А я и не знала, что Ромео так зовут. Мне и в голову не пришло за год с лишним спросить имя Настиного мальчика. Ромео, он и есть Ромео. Оказался бы каким-нибудь Васей – и все, можно уступать балкон следующей паре. Но тут такое совпадение – Даниил. Самое морское имя, ничуть не хуже Грея, по-моему. Очнувшись, я поняла, что неотрывно смотрю на уставшего мальчика, картошка горит, а он молча стоит и ждет ответа на заданный вопрос. Комкано объяснила, что Настя пошла за подругой и будет через полчаса, а я вот, собственно – хозяйка жилплощади и единственной свободной табуретки. Повернулась к своим сковородкам и зажмурилась. Вот он – первый и единственный мужчина всей моей жизни, а я стою и жарю картошку. Мне бы броситься к нему, увести под любым предлогом прочь, и прижиматься к нему на морозной улице. А я стою и жарю картошку. И даже повернуться не могу. Такого приступа почти материнской любви-жалости у меня больше никогда в жизни и не было. Я не могла даже смотреть в сторону его идеально вычищенных ботинок – боялась разреветься. И тут он сказал странным голосом:
– Как вы жарите картошку…
И эта фраза спасла меня от позорных рыданий – я быстро-быстро начала рассказывать, как сначала нужно разогреть чугунные сковородки, а это совсем не простая задача, мелко нарезать соломкой картошку и складывать в холодную воду, чтобы соломка не темнела, а потом жарить картошку на шкварках, если нет под рукой хорошего сливочного масла (а его никогда нет), и как потом, когда уже вся картошка покрыта хрустящей корочкой…
– Нет, я не о том… Вы так это делаете – как будто не для гостей, которые все съедят через пять минут, а для своего удовольствия…
И я повернулась. И увидела, КАК он на меня смотрит. Так и разревелась. Не успев даже убрать глупую улыбку. Картошка сильно подгорела, конечно, пока я рыдала, а он меня по волосам гладил. И это было самое огромное в моей жизни счастье. Плакать у него на груди в картофельном дыму. Но я этого счастья тогда испугалась и в него не поверила. Поэтому сказала:
– А сейчас Настя придет…
Мальчик в лице изменился, но меня не отстранил:
– Я завтра приду. Ты будешь дома?
И ушел, не дождавшись ни Насти, ни картошки на ужин. А я сразу начала ждать завтра и счастье в себе растить. К утру оно уже могло весь барак затопить, но пока сидело смирно. Я смотрела на бабушкины сковородки и даже брала их в руки, чтобы вес счастья стал осязаемым. И ведь не было ни одной мысли о будущем, как не было вообще ни одной мысли. Было только СЧАСТЬЕ, смывающее все, что было до. Я даже вспомнила рассказ одной знакомой девочки из мединститута про такой случай помешательства. В начале войны одна женщина получила похоронку на мужа, но ждать его не перестала. Так его любила, что ждала пять лет. И дождалась – он оказался жив, хотя и покалечен в плену. Когда произошла встреча, она от счастья чуть не помешалась. Все пять лет без мужа из памяти исчезли, словно их и не было никогда. Профессор потом сказал, что сработал защитный механизм и лечить такую амнезию бесполезно: ну как возвращать человеку память, если она ему – такая – совсем не нужна.

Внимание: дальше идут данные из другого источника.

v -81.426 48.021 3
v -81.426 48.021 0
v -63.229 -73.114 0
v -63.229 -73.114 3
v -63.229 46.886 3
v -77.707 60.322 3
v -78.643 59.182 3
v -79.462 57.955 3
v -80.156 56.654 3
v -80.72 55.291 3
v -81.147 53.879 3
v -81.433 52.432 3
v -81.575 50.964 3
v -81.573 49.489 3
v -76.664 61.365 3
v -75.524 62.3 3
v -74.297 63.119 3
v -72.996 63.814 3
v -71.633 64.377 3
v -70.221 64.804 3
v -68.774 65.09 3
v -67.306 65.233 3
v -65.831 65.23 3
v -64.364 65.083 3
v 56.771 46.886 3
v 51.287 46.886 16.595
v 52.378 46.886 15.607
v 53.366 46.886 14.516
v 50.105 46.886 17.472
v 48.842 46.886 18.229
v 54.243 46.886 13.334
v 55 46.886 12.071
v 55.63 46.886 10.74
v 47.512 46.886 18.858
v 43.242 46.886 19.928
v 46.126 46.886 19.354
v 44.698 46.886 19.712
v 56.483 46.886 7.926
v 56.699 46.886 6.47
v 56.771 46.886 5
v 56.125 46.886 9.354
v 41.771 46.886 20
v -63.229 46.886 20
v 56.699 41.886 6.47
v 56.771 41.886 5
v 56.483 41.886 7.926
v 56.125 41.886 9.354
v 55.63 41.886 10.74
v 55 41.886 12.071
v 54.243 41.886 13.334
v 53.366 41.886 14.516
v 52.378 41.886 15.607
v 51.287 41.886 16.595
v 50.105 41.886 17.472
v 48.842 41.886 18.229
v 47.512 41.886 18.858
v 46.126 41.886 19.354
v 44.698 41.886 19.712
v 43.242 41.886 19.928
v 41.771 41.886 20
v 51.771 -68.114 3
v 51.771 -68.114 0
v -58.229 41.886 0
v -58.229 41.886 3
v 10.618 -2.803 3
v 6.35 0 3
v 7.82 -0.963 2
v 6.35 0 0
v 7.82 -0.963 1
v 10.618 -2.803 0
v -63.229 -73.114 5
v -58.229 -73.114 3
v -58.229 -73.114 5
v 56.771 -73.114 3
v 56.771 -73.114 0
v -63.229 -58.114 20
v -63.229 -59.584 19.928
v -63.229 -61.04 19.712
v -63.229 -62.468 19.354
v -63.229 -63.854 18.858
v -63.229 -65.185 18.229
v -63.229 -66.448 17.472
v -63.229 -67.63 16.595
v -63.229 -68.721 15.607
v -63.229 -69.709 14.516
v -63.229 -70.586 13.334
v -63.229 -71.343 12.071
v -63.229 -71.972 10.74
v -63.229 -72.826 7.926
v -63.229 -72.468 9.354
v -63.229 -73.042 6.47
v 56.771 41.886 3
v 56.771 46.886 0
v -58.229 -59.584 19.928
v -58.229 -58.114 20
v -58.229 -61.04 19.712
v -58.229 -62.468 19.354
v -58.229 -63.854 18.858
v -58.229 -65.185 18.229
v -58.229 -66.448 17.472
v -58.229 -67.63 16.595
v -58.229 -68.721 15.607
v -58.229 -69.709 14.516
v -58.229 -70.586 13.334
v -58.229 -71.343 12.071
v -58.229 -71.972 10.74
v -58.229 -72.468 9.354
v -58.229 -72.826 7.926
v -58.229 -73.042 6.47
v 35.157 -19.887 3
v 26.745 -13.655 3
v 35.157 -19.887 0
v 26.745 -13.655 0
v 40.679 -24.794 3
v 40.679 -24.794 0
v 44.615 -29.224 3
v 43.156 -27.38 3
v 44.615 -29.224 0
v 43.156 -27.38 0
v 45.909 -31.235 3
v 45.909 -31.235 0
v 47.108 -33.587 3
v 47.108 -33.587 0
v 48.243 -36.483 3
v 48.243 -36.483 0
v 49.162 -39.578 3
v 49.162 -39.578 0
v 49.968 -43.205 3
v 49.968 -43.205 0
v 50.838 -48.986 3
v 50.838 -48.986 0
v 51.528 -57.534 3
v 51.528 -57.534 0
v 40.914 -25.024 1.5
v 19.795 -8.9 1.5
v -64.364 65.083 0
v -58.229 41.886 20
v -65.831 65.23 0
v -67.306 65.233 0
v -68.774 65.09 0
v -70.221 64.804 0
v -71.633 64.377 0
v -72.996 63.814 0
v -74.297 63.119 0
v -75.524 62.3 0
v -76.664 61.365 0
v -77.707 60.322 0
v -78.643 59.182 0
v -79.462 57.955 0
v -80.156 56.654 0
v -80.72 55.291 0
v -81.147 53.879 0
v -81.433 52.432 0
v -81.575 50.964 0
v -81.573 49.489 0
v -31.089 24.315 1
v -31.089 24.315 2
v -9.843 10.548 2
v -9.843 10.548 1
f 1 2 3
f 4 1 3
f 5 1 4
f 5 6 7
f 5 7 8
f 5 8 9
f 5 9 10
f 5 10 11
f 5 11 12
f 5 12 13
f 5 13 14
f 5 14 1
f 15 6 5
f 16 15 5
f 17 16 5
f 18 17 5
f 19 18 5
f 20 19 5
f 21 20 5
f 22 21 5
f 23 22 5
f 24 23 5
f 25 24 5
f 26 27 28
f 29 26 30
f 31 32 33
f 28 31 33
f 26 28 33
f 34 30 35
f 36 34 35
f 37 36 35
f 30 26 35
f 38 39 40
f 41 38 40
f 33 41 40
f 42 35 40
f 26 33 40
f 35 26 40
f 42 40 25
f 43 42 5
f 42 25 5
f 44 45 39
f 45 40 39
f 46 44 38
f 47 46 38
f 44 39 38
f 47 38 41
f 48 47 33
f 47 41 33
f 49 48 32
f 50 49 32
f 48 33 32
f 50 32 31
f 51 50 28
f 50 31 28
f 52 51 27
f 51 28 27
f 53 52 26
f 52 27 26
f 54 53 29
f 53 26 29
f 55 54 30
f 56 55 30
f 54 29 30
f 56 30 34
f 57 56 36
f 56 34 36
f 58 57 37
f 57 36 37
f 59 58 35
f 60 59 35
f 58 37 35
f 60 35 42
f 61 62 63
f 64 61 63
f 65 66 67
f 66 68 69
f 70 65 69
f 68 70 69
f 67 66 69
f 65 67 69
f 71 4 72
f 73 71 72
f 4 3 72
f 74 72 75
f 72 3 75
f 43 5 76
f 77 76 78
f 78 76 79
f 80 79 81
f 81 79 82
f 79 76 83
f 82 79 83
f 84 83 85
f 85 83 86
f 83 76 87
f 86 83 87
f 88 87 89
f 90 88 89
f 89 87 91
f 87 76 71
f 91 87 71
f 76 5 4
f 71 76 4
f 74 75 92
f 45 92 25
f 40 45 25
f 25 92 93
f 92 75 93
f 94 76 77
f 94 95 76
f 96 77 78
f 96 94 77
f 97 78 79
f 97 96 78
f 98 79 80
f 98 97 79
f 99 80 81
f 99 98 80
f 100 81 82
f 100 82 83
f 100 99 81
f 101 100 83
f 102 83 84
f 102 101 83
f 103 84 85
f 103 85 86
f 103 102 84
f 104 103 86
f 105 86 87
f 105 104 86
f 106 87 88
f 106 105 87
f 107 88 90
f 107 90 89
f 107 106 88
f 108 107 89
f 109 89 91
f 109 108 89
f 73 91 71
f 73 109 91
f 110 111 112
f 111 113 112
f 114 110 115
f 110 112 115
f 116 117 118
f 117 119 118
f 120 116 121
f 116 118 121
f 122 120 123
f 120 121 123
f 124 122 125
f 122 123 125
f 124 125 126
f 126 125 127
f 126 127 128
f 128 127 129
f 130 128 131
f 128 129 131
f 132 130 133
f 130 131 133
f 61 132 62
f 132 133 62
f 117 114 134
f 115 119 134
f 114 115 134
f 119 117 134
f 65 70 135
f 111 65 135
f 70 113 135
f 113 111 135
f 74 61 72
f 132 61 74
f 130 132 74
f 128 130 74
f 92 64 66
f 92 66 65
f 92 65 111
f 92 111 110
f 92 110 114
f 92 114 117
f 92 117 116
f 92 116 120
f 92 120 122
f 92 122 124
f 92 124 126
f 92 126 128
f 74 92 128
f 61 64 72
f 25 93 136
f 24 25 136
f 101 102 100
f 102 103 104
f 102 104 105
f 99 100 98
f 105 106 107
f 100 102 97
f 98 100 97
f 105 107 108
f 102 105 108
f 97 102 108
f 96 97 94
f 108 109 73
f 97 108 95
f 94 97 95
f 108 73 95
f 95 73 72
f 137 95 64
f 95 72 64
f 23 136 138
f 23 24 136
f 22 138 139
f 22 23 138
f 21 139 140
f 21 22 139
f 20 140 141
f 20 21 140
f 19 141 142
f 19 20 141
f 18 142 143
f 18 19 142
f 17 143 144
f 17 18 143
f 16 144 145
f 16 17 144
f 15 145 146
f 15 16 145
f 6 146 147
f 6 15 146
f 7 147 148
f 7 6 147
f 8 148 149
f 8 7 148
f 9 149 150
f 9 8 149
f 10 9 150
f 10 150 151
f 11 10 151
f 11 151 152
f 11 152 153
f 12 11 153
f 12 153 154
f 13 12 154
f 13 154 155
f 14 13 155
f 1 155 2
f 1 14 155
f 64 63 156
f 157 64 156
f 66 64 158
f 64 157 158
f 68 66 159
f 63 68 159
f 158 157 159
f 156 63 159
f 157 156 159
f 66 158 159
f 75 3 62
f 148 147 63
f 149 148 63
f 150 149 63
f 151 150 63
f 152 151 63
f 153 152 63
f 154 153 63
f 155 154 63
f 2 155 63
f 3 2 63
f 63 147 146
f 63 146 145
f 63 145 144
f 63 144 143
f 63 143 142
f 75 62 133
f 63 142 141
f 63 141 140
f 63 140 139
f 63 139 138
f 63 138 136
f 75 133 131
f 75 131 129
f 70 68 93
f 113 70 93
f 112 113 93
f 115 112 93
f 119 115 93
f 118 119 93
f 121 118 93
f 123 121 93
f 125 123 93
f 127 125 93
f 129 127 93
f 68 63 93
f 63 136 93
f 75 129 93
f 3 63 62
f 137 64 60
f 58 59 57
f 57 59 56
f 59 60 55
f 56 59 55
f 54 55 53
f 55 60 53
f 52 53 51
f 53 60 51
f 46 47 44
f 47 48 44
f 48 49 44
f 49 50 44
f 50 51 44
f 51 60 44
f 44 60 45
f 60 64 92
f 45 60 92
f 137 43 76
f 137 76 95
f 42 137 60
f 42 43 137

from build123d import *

# Parameters (mm, degrees)
F1_DEPTH = 3
F2_DEPTH = 20
F3_R     = 15


with BuildPart() as f1:
    # F0 (on Top) → F1 (new body)
    with BuildSketch(Plane.XY):
        Polygon((-84.4418774851, 68.0992258621), (-63.2286740495, 46.8860224265), (56.7713259505, 46.8860224265), align=None)
        Polygon((-63.2286740495, -73.1139775735), (-63.2286740495, 46.8860224265), (-84.4418774851, 68.0992258621), align=None)
        Polygon((-4.9964410025, -11.3462106205), (-58.2286740495, 41.8860224265), (-58.2286740495, -64.5784436676), align=None)
        with BuildLine():
            Line((48.2357920445, 41.8860224265), (-58.2286740495, 41.8860224265))
            add(Edge.make_bspline(
                [(-58.2286740495, 41.8860224265), (-27.8640476191, 22.2185579574), (-7.5944812554, 9.133690918), (6.3497696181, 0)],
                knots=[0, 0, 0, 0, 0.2321080347, 0.2321080347, 0.2321080347, 0.2321080347], degree=3))
            Line((6.3497696181, 0), (48.2357920445, 41.8860224265))
        make_face()
        Polygon((56.7713259505, 46.8860224265), (-63.2286740495, 46.8860224265), (-58.2286740495, 41.8860224265), (48.2357920445, 41.8860224265), (51.7713259505, 41.8860224265), (56.7713259505, 41.8860224265), align=None)
        Polygon((-58.2286740495, 41.8860224265), (-63.2286740495, 46.8860224265), (-63.2286740495, -73.1139775735), (-58.2286740495, -73.1139775735), (-58.2286740495, -68.1139775735), (-58.2286740495, -64.5784436676), align=None)
        Polygon((-1.4609070965, -14.8817445265), (-4.9964410025, -11.3462106205), (-58.2286740495, -64.5784436676), (-58.2286740495, -68.1139775735), (-54.6931401436, -68.1139775735), align=None)
        Polygon((51.7713259505, -68.1139775735), (-1.4609070965, -14.8817445265), (-54.6931401436, -68.1139775735), align=None)
        Polygon((-58.2286740495, -68.1139775735), (-58.2286740495, -73.1139775735), (56.7713259505, -73.1139775735), (51.7713259505, -68.1139775735), (-54.6931401436, -68.1139775735), align=None)
        Polygon((56.7713259505, -73.1139775735), (56.7713259505, 41.8860224265), (51.7713259505, 41.8860224265), (51.7713259505, 38.3504885206), (51.7713259505, -68.1139775735), align=None)
        with BuildLine():
            Line((51.7713259505, 38.3504885206), (10.6181651037, -2.8026723262))
            add(Edge.make_bspline(
                [(10.6181651037, -2.8026723262), (30.4463258159, -15.8579047438), (41.1308559966, -24.0461336089), (51.7713259505, -36.9598713142), (51.7713259505, -68.1139775735)],
                knots=[0.2569737781, 0.2569737781, 0.2569737781, 0.2569737781, 0.6213011396, 1, 1, 1, 1], degree=3))
            Line((51.7713259505, -68.1139775735), (51.7713259505, 38.3504885206))
        make_face()
        with BuildLine():
            Line((51.7713259505, 41.8860224265), (48.2357920445, 41.8860224265))
            Line((48.2357920445, 41.8860224265), (6.3497696181, 0))
            add(Edge.make_bspline(
                [(6.3497696181, 0), (7.8436177985, -0.9784926908), (9.2648713079, -1.9116383422), (10.6181651037, -2.8026723262)],
                knots=[0.2321080347, 0.2321080347, 0.2321080347, 0.2321080347, 0.2569737781, 0.2569737781, 0.2569737781, 0.2569737781], degree=3))
            Line((10.6181651037, -2.8026723262), (51.7713259505, 38.3504885206))
            Line((51.7713259505, 38.3504885206), (51.7713259505, 41.8860224265))
        make_face()
    extrude(amount=F1_DEPTH)

    # F0 (on Top) → F2 (join)
    with BuildSketch(Plane.XY):
        Polygon((56.7713259505, 46.8860224265), (-63.2286740495, 46.8860224265), (-58.2286740495, 41.8860224265), (48.2357920445, 41.8860224265), (51.7713259505, 41.8860224265), (56.7713259505, 41.8860224265), align=None)
        Polygon((-58.2286740495, 41.8860224265), (-63.2286740495, 46.8860224265), (-63.2286740495, -73.1139775735), (-58.2286740495, -73.1139775735), (-58.2286740495, -68.1139775735), (-58.2286740495, -64.5784436676), align=None)
    extrude(amount=F2_DEPTH)

    # F3
    f3_edges = [f1.edges().sort_by_distance(p)[0] for p in [
        (-60.728674, -73.113978, 20),
        (56.771326, 44.386022, 20),
        (-84.441877, 68.099226, 1.5),
    ]]
    fillet(f3_edges, radius=F3_R)


solid = f1.part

У меня было чувство, что и мне мои двадцать лет вдруг стали не нужны. У меня жизнь только началась вчера. А до этого были только ровно нарезанные картофельные дольки, которые съел – и не вспомнил.
Потом все закончилось очень странно. Оказалось, что мальчика в форме больше нет, потому что его между бараками зарезали, когда он домой возвращался. Кому-то из заводских его морская форма не понравилась, решили проучить. Настя плакала, в полной уверенности, что он ее пошел встречать, только они разминулись. Я не плакала, потому что на похороны не ходила и ничему не верила. Но картошку долго не жарила, хотя мой первый муж ее очень любил.
Жить, чтобы ждать
Если тебя называют белой мышью – есть два варианта: обижаться или принимать это как комплимент. Вот если – серой мышкой – обидно любой женщине, даже действительно невзрачной. С моей точки зрения, всегда лучше быть страшненькой слегка, чем никакой. Я бы лучше согласилась иметь характерный еврейский профиль или кривые ноги вне национальной принадлежности, чем быть пресной и незаметной. Но насмешка в том, что ноги у меня достаточно ровные, нос небольшой, глазки средние, волосы среднерусские, фигура сорок восьмого размера. То есть – глазу совершенно не за что зацепиться.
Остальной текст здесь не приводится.